Le Boom de la méditation


Livres, guides interactifs, espaces dédiés dans les entreprises, séminaires, vidéos sur YouTube, applications internet… La méditation est partout !

En quelques années, la méditation de pleine conscience (“mindfulness”) a su séduire un grand nombre de Français. Adaptée d’une tradition bouddhiste de plus de 2400 ans, cette pratique est remise au goût du jour par Jon Kabat-Zin, à la fin des années 1970, aux Etats-Unis. Il fonde la première clinique de réduction du stress puis le centre pour la pleine conscience dans la médecine. Aujourd’hui, le programme qu’il a élaboré a été adopté par plus de 800 centres hospitaliers dans le monde, et aussi dans certaines entreprises.

En France, le psychiatre Christophe André est considéré comme le grand spécialiste de la méditation pleine conscience, qu’il a su rendre accessible à un très large public.
La méditation est devenue un équivalent de ce qu’était la psychanalyse en France dans les années 1970 : plus qu’un seul outil psychothérapeutique, une hygiène de vie. Voire, pour certains, une éthique existentielle ou une pratique spirituelle.

Et alors? Parfait, me direz-vous.

Reste que si vous avez envie de vous laisser tenter par cette aventure, plusieurs précautions s’imposent. D’abord, il faut bien comprendre que la méditation n’est pas réductible à la méditation de “Pleine conscience”. Il existe bon nombre d’autres sortes de méditations, comme celles affiliées au yoga, au bouddhisme ou au taoïsme, pour ne citer qu’elles. Elles peuvent bien sûr avoir leur intérêt et leurs bénéfices. La méditation de pleine conscience, quant à elle, est une pratique laïque et la seule méditation utilisée dans les protocoles hospitaliers (ou en libéral) pour soigner l’anxiété ou la dépression.
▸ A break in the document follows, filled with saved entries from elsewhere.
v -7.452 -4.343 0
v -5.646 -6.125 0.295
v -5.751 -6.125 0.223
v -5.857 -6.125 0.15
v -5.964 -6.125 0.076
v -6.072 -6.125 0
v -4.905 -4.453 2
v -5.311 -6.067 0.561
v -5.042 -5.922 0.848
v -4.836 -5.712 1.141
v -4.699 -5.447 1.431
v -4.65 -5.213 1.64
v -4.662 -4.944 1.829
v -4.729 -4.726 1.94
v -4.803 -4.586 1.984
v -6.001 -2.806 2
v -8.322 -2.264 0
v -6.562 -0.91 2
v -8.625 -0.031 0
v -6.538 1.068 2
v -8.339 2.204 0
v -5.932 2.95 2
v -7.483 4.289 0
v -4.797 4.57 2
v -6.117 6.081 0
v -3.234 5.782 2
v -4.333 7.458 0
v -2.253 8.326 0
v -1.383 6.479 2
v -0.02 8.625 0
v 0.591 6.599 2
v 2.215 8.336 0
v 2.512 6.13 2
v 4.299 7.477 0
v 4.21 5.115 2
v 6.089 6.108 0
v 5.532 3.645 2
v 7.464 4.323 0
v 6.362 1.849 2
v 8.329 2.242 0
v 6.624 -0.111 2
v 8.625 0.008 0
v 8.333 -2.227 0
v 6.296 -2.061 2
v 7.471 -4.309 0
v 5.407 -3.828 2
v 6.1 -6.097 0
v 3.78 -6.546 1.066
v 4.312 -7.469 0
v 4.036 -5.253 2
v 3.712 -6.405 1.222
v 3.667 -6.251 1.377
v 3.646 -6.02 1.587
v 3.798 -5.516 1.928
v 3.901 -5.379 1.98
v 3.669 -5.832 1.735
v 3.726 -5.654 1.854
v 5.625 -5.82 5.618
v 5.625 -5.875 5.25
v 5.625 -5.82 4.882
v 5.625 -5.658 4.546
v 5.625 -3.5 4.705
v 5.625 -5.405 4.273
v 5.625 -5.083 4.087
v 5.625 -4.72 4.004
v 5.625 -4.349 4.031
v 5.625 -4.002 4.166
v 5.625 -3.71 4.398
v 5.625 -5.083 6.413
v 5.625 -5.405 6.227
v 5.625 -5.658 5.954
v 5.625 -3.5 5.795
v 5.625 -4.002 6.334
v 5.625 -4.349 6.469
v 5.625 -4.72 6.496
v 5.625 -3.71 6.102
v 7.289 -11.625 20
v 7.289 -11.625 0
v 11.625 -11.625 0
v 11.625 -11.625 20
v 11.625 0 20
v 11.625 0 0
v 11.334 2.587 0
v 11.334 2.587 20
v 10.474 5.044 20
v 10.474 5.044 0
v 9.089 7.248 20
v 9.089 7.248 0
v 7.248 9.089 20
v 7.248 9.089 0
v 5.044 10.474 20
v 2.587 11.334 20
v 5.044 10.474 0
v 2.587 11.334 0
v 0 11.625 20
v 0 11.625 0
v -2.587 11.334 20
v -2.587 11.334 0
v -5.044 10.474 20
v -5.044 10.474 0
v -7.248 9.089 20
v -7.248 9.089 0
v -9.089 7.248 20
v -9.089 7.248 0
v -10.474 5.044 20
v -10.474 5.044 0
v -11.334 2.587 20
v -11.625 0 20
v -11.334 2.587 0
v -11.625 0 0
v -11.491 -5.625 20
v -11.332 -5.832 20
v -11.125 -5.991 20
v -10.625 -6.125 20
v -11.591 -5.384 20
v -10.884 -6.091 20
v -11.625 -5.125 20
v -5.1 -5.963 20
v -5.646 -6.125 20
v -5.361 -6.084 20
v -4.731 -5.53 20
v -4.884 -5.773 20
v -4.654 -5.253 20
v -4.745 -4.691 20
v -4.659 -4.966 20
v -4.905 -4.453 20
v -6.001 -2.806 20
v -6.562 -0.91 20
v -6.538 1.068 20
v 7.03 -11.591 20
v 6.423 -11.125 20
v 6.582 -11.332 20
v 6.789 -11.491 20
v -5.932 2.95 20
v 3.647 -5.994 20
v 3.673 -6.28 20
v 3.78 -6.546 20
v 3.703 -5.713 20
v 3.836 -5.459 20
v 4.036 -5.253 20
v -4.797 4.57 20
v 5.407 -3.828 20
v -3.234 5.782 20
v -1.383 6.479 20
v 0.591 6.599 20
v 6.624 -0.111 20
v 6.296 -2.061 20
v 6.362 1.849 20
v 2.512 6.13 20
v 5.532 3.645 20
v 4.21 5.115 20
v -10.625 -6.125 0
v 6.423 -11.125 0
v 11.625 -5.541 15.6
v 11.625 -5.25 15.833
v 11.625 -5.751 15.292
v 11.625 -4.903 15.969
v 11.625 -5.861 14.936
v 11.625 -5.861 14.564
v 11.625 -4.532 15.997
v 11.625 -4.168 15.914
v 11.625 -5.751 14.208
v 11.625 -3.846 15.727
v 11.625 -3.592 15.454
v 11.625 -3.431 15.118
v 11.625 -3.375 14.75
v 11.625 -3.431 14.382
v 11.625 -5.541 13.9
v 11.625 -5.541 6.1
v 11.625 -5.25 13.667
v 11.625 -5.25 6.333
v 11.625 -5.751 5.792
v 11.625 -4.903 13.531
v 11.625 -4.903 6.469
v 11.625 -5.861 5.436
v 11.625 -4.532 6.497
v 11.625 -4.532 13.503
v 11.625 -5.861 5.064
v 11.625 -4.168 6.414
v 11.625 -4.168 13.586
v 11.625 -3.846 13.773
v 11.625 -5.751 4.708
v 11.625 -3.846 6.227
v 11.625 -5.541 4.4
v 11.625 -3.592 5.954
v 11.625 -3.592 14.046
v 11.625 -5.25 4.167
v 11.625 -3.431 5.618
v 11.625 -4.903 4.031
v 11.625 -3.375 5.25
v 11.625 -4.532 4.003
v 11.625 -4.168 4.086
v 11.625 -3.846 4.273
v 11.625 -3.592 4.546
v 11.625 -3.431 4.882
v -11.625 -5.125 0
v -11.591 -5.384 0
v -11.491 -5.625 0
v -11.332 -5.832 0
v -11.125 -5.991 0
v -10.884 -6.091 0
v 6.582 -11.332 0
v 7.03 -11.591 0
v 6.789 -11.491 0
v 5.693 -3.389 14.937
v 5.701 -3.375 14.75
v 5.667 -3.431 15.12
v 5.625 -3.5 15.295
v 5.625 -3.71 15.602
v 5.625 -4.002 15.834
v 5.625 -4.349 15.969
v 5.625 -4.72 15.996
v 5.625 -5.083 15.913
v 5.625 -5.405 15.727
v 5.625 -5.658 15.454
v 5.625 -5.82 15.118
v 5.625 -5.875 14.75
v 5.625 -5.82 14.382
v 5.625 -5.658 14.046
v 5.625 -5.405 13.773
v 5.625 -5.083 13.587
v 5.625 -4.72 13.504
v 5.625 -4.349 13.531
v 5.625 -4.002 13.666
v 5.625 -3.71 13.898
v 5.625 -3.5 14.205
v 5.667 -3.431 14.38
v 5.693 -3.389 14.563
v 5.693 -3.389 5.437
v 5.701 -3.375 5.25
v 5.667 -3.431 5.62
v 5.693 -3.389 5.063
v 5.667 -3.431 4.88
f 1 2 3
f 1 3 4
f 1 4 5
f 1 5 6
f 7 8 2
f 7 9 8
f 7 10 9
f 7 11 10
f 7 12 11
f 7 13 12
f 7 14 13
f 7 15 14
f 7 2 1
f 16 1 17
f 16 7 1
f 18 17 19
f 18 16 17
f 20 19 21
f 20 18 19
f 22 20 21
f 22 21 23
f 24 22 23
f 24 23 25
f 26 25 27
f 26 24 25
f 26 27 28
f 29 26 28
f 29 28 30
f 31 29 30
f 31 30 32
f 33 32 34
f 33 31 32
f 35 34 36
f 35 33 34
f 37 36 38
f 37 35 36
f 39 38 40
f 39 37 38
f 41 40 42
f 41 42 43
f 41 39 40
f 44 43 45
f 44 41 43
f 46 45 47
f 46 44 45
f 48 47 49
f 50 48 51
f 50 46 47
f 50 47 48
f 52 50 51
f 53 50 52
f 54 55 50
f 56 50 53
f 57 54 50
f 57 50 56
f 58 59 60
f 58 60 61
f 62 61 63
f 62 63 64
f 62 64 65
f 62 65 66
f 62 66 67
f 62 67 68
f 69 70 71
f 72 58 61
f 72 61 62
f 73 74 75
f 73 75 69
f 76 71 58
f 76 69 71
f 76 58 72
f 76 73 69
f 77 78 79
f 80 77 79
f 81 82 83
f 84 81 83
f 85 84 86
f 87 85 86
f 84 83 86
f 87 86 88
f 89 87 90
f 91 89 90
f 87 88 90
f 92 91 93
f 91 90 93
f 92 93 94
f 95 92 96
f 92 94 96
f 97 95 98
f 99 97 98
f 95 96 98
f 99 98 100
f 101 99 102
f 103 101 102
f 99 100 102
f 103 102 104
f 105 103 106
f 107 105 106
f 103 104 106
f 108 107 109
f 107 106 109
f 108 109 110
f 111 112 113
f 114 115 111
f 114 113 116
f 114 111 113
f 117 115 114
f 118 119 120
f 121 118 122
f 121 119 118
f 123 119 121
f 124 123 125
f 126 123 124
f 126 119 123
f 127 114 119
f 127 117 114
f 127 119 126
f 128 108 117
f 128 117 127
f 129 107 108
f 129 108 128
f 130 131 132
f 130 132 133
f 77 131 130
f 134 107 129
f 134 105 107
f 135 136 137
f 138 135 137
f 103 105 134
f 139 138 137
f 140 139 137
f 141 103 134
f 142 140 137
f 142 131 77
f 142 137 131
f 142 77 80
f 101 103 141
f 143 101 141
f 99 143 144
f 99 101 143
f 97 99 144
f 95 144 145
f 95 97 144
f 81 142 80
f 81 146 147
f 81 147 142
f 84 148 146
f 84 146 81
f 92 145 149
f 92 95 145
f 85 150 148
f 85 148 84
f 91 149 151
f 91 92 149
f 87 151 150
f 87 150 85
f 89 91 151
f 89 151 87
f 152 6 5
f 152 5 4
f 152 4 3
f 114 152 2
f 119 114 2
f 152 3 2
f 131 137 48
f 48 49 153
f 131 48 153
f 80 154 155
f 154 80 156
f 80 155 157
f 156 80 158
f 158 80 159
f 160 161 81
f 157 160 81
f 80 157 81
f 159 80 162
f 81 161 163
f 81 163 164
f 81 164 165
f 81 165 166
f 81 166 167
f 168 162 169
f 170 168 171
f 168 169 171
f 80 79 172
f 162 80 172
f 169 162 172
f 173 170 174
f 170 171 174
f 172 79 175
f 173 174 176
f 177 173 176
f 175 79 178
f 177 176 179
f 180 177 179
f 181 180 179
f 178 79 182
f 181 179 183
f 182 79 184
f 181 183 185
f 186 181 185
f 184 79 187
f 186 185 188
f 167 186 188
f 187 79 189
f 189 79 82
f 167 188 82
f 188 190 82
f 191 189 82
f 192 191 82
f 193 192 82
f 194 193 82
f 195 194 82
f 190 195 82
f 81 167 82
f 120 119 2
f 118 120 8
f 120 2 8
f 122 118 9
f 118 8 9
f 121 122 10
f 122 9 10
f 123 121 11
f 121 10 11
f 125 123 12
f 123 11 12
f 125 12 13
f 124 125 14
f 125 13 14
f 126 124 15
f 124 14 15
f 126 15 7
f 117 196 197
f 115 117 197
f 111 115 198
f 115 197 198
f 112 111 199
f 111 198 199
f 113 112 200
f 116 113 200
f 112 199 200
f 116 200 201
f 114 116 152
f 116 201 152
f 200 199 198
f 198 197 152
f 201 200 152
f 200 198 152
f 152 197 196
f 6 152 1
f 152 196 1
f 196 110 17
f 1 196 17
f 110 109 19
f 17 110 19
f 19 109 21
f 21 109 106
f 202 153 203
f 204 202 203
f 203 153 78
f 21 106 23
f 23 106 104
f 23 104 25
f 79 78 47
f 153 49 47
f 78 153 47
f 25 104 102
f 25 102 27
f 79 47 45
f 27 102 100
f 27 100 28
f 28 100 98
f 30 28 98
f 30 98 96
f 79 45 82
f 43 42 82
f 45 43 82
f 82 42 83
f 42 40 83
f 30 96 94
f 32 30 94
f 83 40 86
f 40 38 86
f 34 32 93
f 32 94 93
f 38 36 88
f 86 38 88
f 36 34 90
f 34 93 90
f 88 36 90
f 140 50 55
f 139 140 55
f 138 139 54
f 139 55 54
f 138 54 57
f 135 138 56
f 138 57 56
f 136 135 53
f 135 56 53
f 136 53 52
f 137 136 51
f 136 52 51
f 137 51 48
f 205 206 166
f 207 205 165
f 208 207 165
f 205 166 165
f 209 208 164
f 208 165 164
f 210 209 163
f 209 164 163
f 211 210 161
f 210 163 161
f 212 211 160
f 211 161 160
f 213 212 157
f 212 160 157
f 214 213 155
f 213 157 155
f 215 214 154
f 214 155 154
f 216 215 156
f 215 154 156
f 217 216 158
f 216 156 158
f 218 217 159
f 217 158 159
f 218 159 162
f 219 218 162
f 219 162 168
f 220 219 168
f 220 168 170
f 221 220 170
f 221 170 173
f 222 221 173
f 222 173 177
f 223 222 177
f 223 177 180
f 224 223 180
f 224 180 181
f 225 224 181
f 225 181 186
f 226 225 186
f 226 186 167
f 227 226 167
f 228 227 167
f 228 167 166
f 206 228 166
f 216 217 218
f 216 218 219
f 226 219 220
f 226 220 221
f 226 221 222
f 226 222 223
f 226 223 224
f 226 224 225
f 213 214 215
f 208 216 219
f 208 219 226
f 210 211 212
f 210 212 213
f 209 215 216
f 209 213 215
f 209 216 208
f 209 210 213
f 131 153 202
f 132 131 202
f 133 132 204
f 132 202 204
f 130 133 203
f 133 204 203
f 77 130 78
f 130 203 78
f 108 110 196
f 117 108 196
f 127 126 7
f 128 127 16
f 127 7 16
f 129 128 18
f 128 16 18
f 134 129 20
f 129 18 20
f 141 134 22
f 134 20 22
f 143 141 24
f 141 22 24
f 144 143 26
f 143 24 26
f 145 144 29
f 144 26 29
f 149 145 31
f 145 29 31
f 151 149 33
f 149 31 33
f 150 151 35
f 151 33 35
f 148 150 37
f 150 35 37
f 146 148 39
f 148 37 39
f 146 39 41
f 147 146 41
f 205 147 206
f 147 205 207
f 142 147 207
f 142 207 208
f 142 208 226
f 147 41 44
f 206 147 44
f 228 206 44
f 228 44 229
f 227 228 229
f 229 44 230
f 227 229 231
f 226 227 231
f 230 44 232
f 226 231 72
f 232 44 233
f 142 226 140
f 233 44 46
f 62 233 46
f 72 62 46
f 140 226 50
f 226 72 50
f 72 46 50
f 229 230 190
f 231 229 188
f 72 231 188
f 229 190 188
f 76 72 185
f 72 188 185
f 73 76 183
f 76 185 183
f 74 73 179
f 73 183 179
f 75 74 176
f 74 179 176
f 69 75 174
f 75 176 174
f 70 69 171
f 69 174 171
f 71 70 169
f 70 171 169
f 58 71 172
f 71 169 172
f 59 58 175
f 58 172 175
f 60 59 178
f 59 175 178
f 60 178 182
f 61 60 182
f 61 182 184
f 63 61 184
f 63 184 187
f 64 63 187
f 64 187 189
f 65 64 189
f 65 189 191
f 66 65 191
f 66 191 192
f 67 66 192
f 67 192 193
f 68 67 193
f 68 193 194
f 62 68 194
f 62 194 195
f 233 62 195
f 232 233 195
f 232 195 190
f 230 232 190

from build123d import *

# Parameters (mm, degrees)
F1_DEPTH    = 20
F2_R        = 1.25
F3_DEPTH    = 6
F4_T2_ANGLE = 359.64


# Not quite as in the source:
# - a fillet or chamfer that OpenCascade refuses, or shapes differently, is made with other operations: its cross-section is extruded or revolved along the edge and cut away or added
# - a feature names something its author has since deleted; it is built from what else it names


with BuildPart() as f1:
    # F0 (on Top) → F1 (new body)
    with BuildSketch(Plane.XY):
        with BuildLine():
            Line((11.625, -11.625), (11.625, 0))
            ThreePointArc((11.625, 0), (0, 11.625), (-11.625, 0))
            Line((-11.625, 0), (-11.625, -5.125))
            ThreePointArc((-11.625, -5.125), (-11.3321067812, -5.8321067812), (-10.625, -6.125))
            Line((-10.625, -6.125), (-5.6457948953, -6.125))
            ThreePointArc((-5.6457948953, -6.125), (-4.7314286811, -5.5298881651), (-4.9053627779, -4.4528688525))
            ThreePointArc((-4.9053627779, -4.4528688525), (0.5907863647, 6.598605646), (4.0363377793, -5.2534371921))
            ThreePointArc((4.0363377793, -5.2534371921), (3.6647499446, -5.8516258782), (3.7795709082, -6.5464088438))
            Line((3.7795709082, -6.5464088438), (6.4230217447, -11.125))
            ThreePointArc((6.4230217447, -11.125), (6.7890471485, -11.4910254038), (7.2890471485, -11.625))
            Line((7.2890471485, -11.625), (11.625, -11.625))
        make_face()
    extrude(amount=F1_DEPTH)

    # F2 (on face) → F3 (cut)
    with BuildSketch(Plane.YZ.offset(11.625)):
        with Locations((-4.625, 14.75)):
            Circle(F2_R)
        with Locations((-4.625, 5.25)):
            Circle(F2_R)
    extrude(amount=-F3_DEPTH, mode=Mode.SUBTRACT)

    # F4: chamfer of 2 on 1 edges, made by hand

    # F4_s1 → F4_t2 (revolve, cut)
    with BuildSketch(Plane(origin=(0, 0, 0), x_dir=(0, 0, 1), z_dir=(0.9957308794, -0.0923039315, 0))):
        Polygon((0, 8.625), (2, 6.625), (0, 6.625), align=None)
    revolve(axis=Axis((0, 0, 0), (0, 0, -1)), revolution_arc=F4_T2_ANGLE, mode=Mode.SUBTRACT)


solid = f1.part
Ensuite, qui dit “succès” et “thérapies à la mode”, dit forcément “dérive”. Plusieurs enquêtes ont montré qu’il existait de plus en plus de lieux qui proposaient très sérieusement des cours qui se sont avérés n’ayant rien à voir avec la pratique de la méditation, et qui se réclamant pourtant de la mindfulness, proposaient un cours de méditation érotique permettant de “mieux comprendre conscience de son intimité”. Les enquêtes ne précisent pas la nature exacte des travaux pratiques !

Par ailleurs, on ne saurait que trop recommander d’être prudentes aux personnes qui souffrent de dépressions sévères, de psychopathologies, de troubles graves de la personnalité, de schizophrénie, ou de paranoïa. En effet, à l’instar de l’hypnose, la méditation peut, chez elles, engendrer des effets indésirables (dissociation ou dépersonnalisation).

Alors, à méditer… mais en pleine conscience!